Problem to solve
Pull out of the data below the stretch of lines bounded by the one containing "v 70.207 1.5 -79.027" and the one containing "v 93.187 -2.5 -89.577", both bounds included, unchanged.

Stored data

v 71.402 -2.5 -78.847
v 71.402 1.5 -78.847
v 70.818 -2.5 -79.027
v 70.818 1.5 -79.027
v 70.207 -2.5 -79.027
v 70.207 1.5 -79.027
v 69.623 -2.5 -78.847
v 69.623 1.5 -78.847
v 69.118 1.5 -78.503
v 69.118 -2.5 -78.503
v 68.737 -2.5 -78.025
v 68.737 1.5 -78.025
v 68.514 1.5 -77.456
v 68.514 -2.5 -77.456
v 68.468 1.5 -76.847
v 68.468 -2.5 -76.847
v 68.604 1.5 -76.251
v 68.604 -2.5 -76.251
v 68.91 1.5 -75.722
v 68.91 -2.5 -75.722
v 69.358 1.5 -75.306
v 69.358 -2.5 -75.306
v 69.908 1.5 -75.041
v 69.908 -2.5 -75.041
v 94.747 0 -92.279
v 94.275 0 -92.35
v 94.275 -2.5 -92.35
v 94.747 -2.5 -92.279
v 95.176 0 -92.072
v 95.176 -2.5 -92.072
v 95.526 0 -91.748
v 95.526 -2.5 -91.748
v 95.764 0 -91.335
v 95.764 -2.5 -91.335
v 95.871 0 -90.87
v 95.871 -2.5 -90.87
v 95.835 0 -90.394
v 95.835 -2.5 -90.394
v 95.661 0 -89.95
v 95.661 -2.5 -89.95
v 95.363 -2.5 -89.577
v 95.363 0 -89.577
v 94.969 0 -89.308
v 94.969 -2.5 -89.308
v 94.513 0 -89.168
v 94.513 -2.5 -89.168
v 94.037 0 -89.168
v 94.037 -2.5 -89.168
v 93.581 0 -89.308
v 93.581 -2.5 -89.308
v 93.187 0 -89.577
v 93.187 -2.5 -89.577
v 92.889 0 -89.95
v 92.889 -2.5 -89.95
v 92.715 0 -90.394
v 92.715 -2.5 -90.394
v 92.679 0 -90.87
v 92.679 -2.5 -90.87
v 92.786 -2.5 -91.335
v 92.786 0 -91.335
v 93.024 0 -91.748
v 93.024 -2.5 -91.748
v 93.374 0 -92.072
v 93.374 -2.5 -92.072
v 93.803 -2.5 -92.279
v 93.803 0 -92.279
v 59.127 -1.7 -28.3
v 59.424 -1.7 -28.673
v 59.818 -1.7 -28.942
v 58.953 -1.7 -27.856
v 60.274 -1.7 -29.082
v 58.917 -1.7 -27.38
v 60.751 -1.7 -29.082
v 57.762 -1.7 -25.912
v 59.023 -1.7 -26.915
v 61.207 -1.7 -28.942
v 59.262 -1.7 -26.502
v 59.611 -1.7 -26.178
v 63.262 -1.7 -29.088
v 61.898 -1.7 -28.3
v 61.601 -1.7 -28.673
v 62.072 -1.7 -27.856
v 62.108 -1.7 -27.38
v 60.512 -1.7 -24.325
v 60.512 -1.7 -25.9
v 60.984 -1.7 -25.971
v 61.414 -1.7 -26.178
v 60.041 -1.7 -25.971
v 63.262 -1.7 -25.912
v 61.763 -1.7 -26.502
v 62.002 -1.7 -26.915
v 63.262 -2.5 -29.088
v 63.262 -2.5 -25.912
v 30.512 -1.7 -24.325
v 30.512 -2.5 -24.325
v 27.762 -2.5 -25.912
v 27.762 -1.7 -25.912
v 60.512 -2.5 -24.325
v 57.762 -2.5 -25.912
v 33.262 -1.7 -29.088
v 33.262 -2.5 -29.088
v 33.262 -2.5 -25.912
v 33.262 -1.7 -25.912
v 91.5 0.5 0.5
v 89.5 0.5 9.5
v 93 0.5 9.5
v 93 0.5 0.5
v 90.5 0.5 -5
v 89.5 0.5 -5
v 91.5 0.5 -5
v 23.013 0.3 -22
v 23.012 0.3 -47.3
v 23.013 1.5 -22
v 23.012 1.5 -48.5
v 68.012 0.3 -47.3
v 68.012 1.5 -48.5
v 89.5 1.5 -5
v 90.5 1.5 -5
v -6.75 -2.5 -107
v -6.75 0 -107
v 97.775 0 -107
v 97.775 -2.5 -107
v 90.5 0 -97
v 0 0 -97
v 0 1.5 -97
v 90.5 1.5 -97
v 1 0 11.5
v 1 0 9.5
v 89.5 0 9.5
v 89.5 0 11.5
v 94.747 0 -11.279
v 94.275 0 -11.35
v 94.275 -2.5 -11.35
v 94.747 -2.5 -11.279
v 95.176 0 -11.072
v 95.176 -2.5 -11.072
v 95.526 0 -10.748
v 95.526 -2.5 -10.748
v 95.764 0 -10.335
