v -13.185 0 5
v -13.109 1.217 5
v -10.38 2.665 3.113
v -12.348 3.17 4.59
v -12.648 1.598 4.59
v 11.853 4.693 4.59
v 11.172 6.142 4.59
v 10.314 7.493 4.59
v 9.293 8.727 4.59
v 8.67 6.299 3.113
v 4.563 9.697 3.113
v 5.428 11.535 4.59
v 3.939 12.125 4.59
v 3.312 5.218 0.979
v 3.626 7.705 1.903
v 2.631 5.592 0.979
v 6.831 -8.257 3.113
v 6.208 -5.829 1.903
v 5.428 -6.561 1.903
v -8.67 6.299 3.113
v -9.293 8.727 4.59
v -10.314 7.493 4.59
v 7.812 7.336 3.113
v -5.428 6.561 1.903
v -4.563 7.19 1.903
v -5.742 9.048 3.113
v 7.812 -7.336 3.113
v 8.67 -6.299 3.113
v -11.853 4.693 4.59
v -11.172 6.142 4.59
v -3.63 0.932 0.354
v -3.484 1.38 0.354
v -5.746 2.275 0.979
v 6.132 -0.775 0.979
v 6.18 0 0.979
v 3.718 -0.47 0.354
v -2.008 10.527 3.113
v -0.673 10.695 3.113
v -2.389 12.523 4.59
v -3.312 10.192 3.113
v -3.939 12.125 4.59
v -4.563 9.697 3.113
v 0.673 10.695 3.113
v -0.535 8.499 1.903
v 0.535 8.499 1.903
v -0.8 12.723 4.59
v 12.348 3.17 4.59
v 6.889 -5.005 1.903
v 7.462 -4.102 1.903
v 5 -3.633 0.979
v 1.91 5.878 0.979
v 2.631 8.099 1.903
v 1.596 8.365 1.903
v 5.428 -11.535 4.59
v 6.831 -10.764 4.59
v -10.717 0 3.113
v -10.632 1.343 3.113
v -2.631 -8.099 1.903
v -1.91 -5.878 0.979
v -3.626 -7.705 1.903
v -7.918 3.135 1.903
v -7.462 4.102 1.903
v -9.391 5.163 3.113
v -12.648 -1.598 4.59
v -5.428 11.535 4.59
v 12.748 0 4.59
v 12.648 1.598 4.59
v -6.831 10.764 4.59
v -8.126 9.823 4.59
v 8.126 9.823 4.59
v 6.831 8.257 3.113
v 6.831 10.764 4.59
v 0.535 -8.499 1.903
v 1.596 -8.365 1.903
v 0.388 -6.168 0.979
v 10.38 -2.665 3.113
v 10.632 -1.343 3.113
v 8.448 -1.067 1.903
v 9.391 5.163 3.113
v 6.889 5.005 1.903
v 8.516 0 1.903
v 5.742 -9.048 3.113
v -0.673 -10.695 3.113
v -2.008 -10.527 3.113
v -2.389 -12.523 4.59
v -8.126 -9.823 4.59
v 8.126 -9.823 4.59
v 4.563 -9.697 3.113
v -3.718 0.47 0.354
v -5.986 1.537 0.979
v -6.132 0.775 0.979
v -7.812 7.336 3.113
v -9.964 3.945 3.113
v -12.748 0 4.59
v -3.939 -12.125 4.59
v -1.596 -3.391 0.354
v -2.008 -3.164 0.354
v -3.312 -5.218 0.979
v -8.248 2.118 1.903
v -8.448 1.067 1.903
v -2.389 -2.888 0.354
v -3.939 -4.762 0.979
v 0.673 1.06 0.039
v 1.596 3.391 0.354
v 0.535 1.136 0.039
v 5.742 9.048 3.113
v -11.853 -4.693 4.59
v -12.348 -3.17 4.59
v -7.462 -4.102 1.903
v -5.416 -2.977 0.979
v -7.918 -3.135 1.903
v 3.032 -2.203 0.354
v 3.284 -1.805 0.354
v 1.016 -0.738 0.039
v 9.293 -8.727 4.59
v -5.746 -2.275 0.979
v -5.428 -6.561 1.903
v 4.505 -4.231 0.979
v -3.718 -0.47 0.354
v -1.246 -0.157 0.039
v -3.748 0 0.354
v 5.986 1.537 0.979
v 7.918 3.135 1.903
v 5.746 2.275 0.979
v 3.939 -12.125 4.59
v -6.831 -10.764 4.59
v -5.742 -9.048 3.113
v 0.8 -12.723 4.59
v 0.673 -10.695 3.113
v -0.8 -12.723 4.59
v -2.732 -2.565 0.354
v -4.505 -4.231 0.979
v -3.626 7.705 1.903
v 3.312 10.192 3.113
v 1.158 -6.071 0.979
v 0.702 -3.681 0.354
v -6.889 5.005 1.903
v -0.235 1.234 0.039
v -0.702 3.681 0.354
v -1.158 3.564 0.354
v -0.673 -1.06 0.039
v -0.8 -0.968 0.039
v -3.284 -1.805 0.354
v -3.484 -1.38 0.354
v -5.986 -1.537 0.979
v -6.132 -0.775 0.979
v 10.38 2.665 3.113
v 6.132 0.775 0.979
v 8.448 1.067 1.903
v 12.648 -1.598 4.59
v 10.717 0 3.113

Exercise answer
v 70.207 1.5 -79.027
v 69.623 -2.5 -78.847
v 69.623 1.5 -78.847
v 69.118 1.5 -78.503
v 69.118 -2.5 -78.503
v 68.737 -2.5 -78.025
v 68.737 1.5 -78.025
v 68.514 1.5 -77.456
v 68.514 -2.5 -77.456
v 68.468 1.5 -76.847
v 68.468 -2.5 -76.847
v 68.604 1.5 -76.251
v 68.604 -2.5 -76.251
v 68.91 1.5 -75.722
v 68.91 -2.5 -75.722
v 69.358 1.5 -75.306
v 69.358 -2.5 -75.306
v 69.908 1.5 -75.041
v 69.908 -2.5 -75.041
v 94.747 0 -92.279
v 94.275 0 -92.35
v 94.275 -2.5 -92.35
v 94.747 -2.5 -92.279
v 95.176 0 -92.072
v 95.176 -2.5 -92.072
v 95.526 0 -91.748
v 95.526 -2.5 -91.748
v 95.764 0 -91.335
v 95.764 -2.5 -91.335
v 95.871 0 -90.87
v 95.871 -2.5 -90.87
v 95.835 0 -90.394
v 95.835 -2.5 -90.394
v 95.661 0 -89.95
v 95.661 -2.5 -89.95
v 95.363 -2.5 -89.577
v 95.363 0 -89.577
v 94.969 0 -89.308
v 94.969 -2.5 -89.308
v 94.513 0 -89.168
v 94.513 -2.5 -89.168
v 94.037 0 -89.168
v 94.037 -2.5 -89.168
v 93.581 0 -89.308
v 93.581 -2.5 -89.308
v 93.187 0 -89.577
v 93.187 -2.5 -89.577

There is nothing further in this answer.